Assim, preconiza-se a aplicação, com carácter facultativo, do “sistema de contabilização pelo justo valor” aos instrumentos financeiros (primários e derivados)24 mas apenas relativamente às contas consolidadas, o que abrange um pequeno número de empresas.

Além disso, o art.º 4.º “Justo valor” do diploma ao definir as regras de determinação do “justo valor”, ressalva que no caso dos instrumentos financeiros não poderem ser mensurados de forma fiável (apelo à característica qualitativa da “fiabilidade”), devem ser avaliados de acordo com os critérios valorimétricos do POC, o que constitui um apelo ao princípio contabilístico “Do custo histórico”.

Esta é, efectivamente, uma questão recorrente, actual e futura, e que, de per se, justificaria um maior desenvolvimento que nos abstemos face ao objectivo deste trabalho.

Registamos, porém, que o tema terá de ser objecto de uma apreciação cuidadosa em termos da fiscalidade em sede de IRC e que mais à frente nos referiremos.
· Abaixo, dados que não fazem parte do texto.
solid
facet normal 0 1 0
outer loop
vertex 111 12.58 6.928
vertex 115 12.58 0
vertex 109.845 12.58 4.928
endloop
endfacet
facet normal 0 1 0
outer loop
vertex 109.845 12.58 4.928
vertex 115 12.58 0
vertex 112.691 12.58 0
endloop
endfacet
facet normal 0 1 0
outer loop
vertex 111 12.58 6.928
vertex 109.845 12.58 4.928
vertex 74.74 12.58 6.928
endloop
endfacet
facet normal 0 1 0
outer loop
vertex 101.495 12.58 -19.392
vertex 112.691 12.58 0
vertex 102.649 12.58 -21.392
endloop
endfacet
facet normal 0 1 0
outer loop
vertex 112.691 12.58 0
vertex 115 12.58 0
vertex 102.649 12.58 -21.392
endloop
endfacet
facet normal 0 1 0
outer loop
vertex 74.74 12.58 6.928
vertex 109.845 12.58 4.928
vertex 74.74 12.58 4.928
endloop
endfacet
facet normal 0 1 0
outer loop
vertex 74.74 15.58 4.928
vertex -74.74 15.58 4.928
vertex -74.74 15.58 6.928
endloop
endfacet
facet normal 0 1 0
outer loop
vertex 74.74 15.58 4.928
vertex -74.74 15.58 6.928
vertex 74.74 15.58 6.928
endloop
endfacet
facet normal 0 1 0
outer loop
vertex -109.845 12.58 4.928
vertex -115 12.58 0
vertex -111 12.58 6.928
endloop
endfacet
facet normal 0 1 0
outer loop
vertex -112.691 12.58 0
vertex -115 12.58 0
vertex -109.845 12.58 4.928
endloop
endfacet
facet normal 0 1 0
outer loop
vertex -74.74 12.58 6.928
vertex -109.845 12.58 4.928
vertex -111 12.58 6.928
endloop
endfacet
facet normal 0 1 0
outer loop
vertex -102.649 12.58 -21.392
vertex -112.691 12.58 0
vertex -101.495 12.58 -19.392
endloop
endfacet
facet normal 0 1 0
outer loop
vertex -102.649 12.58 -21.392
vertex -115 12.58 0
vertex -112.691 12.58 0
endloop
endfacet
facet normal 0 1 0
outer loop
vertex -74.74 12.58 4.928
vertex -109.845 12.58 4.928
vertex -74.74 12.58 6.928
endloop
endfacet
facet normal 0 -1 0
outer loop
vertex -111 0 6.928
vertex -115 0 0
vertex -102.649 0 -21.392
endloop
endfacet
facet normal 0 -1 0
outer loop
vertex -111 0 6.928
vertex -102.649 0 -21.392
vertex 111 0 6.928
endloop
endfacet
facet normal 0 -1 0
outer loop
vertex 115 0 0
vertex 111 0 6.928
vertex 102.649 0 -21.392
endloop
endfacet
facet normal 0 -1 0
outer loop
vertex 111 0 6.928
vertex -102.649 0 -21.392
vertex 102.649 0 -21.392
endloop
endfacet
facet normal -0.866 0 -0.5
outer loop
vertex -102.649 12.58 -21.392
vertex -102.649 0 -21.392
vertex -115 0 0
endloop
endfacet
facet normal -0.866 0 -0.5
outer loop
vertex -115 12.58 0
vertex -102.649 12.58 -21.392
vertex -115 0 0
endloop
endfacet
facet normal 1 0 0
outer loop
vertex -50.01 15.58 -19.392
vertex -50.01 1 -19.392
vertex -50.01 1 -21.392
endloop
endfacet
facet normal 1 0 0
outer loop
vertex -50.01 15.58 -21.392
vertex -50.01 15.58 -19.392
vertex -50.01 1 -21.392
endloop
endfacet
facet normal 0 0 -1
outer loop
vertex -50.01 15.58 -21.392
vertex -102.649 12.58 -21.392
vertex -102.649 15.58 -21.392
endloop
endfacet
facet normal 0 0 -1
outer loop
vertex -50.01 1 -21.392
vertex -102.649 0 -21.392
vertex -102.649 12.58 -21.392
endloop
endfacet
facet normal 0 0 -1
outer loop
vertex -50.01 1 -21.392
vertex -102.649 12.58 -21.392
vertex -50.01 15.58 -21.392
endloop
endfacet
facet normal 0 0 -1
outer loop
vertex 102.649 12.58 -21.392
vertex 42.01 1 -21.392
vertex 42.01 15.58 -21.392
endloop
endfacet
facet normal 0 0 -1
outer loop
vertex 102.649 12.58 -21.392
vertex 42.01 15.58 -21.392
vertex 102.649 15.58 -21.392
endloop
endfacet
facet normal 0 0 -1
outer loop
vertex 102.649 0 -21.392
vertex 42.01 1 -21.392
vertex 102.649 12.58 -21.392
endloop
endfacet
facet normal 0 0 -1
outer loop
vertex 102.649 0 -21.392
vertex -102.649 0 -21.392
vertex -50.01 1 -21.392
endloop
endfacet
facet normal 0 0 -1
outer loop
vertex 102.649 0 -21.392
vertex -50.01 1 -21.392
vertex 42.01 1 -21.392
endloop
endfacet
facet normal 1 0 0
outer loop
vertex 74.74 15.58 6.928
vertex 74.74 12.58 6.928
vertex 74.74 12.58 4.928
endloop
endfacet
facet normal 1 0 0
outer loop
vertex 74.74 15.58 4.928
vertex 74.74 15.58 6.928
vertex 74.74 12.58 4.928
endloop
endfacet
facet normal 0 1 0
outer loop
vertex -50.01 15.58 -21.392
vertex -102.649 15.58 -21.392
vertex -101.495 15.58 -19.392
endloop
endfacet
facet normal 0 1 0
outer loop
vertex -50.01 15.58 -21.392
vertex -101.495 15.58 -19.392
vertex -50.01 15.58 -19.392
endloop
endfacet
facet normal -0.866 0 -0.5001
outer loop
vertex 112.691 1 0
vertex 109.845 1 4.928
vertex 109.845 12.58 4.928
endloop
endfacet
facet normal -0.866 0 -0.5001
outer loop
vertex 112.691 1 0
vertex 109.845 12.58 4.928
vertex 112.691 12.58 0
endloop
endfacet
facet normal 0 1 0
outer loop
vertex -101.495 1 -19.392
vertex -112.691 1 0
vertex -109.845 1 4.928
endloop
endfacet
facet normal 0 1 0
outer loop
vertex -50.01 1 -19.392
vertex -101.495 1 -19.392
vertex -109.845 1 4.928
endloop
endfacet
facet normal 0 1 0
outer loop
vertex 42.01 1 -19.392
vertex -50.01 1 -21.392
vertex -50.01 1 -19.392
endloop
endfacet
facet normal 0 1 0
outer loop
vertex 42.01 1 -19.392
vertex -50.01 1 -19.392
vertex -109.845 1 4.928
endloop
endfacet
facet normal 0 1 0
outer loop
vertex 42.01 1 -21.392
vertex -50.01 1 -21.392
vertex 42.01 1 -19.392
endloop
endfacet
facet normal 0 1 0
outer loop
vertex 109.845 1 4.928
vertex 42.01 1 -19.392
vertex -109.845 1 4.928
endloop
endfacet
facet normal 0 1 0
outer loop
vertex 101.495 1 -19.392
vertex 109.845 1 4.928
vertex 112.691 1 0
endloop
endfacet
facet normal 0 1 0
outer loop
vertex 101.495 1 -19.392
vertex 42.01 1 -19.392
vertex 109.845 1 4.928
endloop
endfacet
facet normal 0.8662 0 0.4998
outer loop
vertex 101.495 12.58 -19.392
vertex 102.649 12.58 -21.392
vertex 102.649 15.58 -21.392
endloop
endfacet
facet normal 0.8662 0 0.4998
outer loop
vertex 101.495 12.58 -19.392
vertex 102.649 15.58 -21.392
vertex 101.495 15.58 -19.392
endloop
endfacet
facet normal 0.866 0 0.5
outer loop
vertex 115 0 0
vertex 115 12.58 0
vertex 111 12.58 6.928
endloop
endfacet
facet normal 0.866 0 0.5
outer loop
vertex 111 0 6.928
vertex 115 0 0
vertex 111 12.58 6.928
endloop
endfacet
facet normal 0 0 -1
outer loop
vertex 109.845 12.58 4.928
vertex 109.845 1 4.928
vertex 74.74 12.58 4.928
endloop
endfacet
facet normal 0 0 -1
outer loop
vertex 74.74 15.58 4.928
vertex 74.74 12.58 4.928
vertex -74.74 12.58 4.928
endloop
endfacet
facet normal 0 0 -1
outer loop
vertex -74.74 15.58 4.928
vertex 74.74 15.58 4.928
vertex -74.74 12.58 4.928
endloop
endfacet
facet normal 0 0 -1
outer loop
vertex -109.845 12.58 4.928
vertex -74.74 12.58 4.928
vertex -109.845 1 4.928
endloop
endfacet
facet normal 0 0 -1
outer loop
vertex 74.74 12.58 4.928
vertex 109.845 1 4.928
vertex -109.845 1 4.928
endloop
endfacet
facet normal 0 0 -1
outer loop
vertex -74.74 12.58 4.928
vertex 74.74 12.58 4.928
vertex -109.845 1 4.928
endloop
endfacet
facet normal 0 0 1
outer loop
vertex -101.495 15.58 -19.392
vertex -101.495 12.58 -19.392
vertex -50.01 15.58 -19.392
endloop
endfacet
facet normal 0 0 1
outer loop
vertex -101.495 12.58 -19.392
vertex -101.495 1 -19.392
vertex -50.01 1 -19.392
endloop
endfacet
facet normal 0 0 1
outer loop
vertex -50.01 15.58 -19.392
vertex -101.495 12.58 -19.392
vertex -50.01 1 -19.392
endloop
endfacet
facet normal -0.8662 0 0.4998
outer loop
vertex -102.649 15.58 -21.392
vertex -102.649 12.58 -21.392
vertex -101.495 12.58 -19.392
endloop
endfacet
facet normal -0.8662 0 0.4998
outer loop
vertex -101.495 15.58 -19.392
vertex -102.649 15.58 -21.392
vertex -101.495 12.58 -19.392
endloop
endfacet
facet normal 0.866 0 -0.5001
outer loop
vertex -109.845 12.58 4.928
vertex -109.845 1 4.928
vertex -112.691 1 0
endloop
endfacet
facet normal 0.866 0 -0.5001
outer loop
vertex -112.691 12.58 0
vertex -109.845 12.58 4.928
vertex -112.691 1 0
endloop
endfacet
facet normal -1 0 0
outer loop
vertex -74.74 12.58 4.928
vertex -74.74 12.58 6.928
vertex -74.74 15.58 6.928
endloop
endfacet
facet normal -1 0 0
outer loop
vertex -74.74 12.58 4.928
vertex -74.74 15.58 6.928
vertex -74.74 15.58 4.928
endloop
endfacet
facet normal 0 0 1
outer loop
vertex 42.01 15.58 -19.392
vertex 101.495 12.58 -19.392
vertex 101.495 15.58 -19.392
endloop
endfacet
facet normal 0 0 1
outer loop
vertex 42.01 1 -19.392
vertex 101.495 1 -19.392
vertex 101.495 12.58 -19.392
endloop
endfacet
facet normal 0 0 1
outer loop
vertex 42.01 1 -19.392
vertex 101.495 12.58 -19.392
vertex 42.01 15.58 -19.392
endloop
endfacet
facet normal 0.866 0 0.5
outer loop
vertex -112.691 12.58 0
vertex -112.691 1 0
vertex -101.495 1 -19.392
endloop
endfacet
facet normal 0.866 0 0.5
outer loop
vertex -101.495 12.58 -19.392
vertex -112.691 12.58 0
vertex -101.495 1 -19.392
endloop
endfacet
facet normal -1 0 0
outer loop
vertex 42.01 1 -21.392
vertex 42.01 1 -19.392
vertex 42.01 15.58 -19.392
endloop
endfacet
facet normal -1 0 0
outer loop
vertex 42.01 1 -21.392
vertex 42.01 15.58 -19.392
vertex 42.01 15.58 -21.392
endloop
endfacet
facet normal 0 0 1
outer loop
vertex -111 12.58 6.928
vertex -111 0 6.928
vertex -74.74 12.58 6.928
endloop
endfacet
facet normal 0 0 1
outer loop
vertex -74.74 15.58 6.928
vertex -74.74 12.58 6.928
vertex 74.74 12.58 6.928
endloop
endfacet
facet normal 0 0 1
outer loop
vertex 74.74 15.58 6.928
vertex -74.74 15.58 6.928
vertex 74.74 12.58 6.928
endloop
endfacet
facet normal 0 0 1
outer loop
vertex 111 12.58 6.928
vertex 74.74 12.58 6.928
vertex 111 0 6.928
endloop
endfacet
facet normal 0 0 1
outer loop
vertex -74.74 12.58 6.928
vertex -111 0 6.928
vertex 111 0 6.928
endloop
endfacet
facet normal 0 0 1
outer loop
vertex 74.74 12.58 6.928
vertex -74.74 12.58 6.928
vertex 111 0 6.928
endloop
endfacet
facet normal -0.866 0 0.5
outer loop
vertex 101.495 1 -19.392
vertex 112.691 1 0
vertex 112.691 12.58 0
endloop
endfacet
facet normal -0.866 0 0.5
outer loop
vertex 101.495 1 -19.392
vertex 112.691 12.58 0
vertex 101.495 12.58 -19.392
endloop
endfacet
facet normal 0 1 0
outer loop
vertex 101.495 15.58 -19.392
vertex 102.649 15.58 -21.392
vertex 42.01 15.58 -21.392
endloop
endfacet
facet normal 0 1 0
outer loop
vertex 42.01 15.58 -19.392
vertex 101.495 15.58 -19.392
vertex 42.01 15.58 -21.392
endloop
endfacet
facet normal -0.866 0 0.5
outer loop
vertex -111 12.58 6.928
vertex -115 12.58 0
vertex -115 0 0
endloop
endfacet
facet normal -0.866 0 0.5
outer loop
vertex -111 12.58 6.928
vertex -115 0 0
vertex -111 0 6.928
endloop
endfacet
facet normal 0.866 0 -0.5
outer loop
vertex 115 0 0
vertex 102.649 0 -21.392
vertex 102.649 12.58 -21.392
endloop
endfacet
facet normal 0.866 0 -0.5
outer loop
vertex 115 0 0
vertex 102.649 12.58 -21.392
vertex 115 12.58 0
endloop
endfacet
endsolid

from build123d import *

# Parameters (mm, degrees)
BOSS_EXTRUDE1_DEPTH = 1
BOSS_EXTRUDE2_DEPTH = 12.58
SKETCH1_4_W         = 149.48
SKETCH1_4_H         = 2
BOSS_EXTRUDE3_DEPTH = 15.58
SKETCH1_5_W         = 92.02
SKETCH1_5_H         = 2
BOSS_EXTRUDE4_DEPTH = 1


with BuildPart() as part:
    # Sketch1 → Boss-Extrude1 (new body)
    with BuildSketch(Plane(origin=(0, 0, 0), x_dir=(1, 0, 0), z_dir=(0, 1, 0))):
        Polygon((-50.01, 19.39179677), (-101.494739838, 19.39179677), (-112.690598923, 0), (-109.845299462, -4.92820323), (-74.74, -4.92820323), (74.74, -4.92820323), (109.845299462, -4.92820323), (112.690598923, 0), (101.494739838, 19.39179677), (42.01, 19.39179677), align=None)
    extrude(amount=BOSS_EXTRUDE1_DEPTH)

    # Sketch1<3> → Boss-Extrude2 (add)
    with BuildSketch(Plane(origin=(0, 0, 0), x_dir=(1, 0, 0), z_dir=(0, 1, 0))):
        Polygon((-115, 0), (-111, -6.92820323), (-74.74, -6.92820323), (-74.74, -4.92820323), (-109.845299462, -4.92820323), (-112.690598923, 0), (-101.494739838, 19.39179677), (-102.649440377, 21.39179677), align=None)
        Polygon((115, 0), (111, -6.92820323), (74.74, -6.92820323), (74.74, -4.92820323), (109.845299462, -4.92820323), (112.690598923, 0), (101.494739838, 19.39179677), (102.649440377, 21.39179677), align=None)
    extrude(amount=BOSS_EXTRUDE2_DEPTH)

    # Sketch1<4> → Boss-Extrude3 (add)
    with BuildSketch(Plane(origin=(0, 0, 0), x_dir=(1, 0, 0), z_dir=(0, 1, 0))):
        Polygon((-102.649440377, 21.39179677), (-101.494739838, 19.39179677), (-50.01, 19.39179677), (-50.01, 21.39179677), align=None)
        Polygon((102.649440377, 21.39179677), (101.494739838, 19.39179677), (42.01, 19.39179677), (42.01, 21.39179677), align=None)
        with Locations((0, -5.92820323)):
            Rectangle(SKETCH1_4_W, SKETCH1_4_H)
    extrude(amount=BOSS_EXTRUDE3_DEPTH)

    # Sketch1<5> → Boss-Extrude4 (add)
    with BuildSketch(Plane(origin=(0, 0, 0), x_dir=(1, 0, 0), z_dir=(0, 1, 0))):
        with Locations((-4, 20.39179677)):
            Rectangle(SKETCH1_5_W, SKETCH1_5_H)
    extrude(amount=BOSS_EXTRUDE4_DEPTH)


solid = part.part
4. COMUNICAÇÃO COM(2003)726 DA UE

Na sequência da adopção das NIC/NIRF, a UE está a estudar os seus efeitos na fiscalidade das empresas, o que resultou na elaboração da Comunicação da Comissão ao Conselho, ao Parlamento Europeu e ao Comité Económico e Social Europeu – COM(2003)726, de 24 de Novembro de 2003 - sob o título “Um Mercado Interno sem Obstáculos em Matéria de Fiscalidade das Empresas – Realizações, Iniciativas em Curso e Desafios a Ultrapassar”, dividido nos seguintes capítulos:

1. Introdução;

2. Necessidade constante de adaptar a fiscalidade das empresas na UE;

3. Progressos efectuados no que respeita às medidas destinadas a lutar contra os obstáculos fiscais no mercado interno;

(15)

4. Progressos registados no que respeita à introdução de uma matéria colectável consolidada para as actividades das empresas a nível da UE;

5. Conclusão e prioridades para os próximos anos.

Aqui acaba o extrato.